## WHAT IS NEEDED
Could you print all the entries exactly?

## TASK MATERIAL
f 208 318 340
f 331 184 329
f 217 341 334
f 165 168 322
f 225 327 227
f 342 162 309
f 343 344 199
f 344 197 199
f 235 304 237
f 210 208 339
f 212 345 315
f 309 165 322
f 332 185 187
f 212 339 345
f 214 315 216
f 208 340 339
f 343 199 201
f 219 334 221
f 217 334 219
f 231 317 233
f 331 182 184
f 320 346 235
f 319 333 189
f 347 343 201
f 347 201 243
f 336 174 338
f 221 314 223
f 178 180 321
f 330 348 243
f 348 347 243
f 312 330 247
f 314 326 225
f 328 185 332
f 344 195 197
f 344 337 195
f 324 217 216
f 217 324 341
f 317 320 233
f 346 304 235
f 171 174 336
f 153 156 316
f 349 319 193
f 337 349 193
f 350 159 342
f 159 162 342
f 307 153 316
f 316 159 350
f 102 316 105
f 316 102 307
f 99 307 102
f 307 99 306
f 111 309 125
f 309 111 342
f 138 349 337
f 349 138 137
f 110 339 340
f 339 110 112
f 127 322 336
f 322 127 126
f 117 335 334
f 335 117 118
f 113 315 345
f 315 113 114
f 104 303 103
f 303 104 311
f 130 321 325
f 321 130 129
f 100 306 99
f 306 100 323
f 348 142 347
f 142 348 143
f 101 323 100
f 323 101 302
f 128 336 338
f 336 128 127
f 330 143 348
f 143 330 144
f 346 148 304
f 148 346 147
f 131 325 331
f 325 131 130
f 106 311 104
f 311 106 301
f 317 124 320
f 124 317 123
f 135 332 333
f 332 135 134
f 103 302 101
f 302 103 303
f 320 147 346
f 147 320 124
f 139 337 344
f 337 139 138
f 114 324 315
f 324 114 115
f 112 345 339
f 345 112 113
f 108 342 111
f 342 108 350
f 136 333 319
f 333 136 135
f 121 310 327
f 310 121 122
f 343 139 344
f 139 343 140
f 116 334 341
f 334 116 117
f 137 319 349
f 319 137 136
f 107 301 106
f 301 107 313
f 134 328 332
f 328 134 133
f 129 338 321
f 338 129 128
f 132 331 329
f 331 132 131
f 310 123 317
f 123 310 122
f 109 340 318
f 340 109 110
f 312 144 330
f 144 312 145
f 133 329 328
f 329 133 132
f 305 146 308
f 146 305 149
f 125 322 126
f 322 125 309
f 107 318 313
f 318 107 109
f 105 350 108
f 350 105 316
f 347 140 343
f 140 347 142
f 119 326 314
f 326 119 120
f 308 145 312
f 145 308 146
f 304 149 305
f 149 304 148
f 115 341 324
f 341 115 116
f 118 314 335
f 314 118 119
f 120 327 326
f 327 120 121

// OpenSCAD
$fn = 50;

## YOUR RESPONSE
f 208 318 340
f 331 184 329
f 217 341 334
f 165 168 322
f 225 327 227
f 342 162 309
f 343 344 199
f 344 197 199
f 235 304 237
f 210 208 339
f 212 345 315
f 309 165 322
f 332 185 187
f 212 339 345
f 214 315 216
f 208 340 339
f 343 199 201
f 219 334 221
f 217 334 219
f 231 317 233
f 331 182 184
f 320 346 235
f 319 333 189
f 347 343 201
f 347 201 243
f 336 174 338
f 221 314 223
f 178 180 321
f 330 348 243
f 348 347 243
f 312 330 247
f 314 326 225
f 328 185 332
f 344 195 197
f 344 337 195
f 324 217 216
f 217 324 341
f 317 320 233
f 346 304 235
f 171 174 336
f 153 156 316
f 349 319 193
f 337 349 193
f 350 159 342
f 159 162 342
f 307 153 316
f 316 159 350
f 102 316 105
f 316 102 307
f 99 307 102
f 307 99 306
f 111 309 125
f 309 111 342
f 138 349 337
f 349 138 137
f 110 339 340
f 339 110 112
f 127 322 336
f 322 127 126
f 117 335 334
f 335 117 118
f 113 315 345
f 315 113 114
f 104 303 103
f 303 104 311
f 130 321 325
f 321 130 129
f 100 306 99
f 306 100 323
f 348 142 347
f 142 348 143
f 101 323 100
f 323 101 302
f 128 336 338
f 336 128 127
f 330 143 348
f 143 330 144
f 346 148 304
f 148 346 147
f 131 325 331
f 325 131 130
f 106 311 104
f 311 106 301
f 317 124 320
f 124 317 123
f 135 332 333
f 332 135 134
f 103 302 101
f 302 103 303
f 320 147 346
f 147 320 124
f 139 337 344
f 337 139 138
f 114 324 315
f 324 114 115
f 112 345 339
f 345 112 113
f 108 342 111
f 342 108 350
f 136 333 319
f 333 136 135
f 121 310 327
f 310 121 122
f 343 139 344
f 139 343 140
f 116 334 341
f 334 116 117
f 137 319 349
f 319 137 136
f 107 301 106
f 301 107 313
f 134 328 332
f 328 134 133
f 129 338 321
f 338 129 128
f 132 331 329
f 331 132 131
f 310 123 317
f 123 310 122
f 109 340 318
f 340 109 110
f 312 144 330
f 144 312 145
f 133 329 328
f 329 133 132
f 305 146 308
f 146 305 149
f 125 322 126
f 322 125 309
f 107 318 313
f 318 107 109
f 105 350 108
f 350 105 316
f 347 140 343
f 140 347 142
f 119 326 314
f 326 119 120
f 308 145 312
f 145 308 146
f 304 149 305
f 149 304 148
f 115 341 324
f 341 115 116
f 118 314 335
f 314 118 119
f 120 327 326
f 327 120 121

// OpenSCAD
$fn = 50;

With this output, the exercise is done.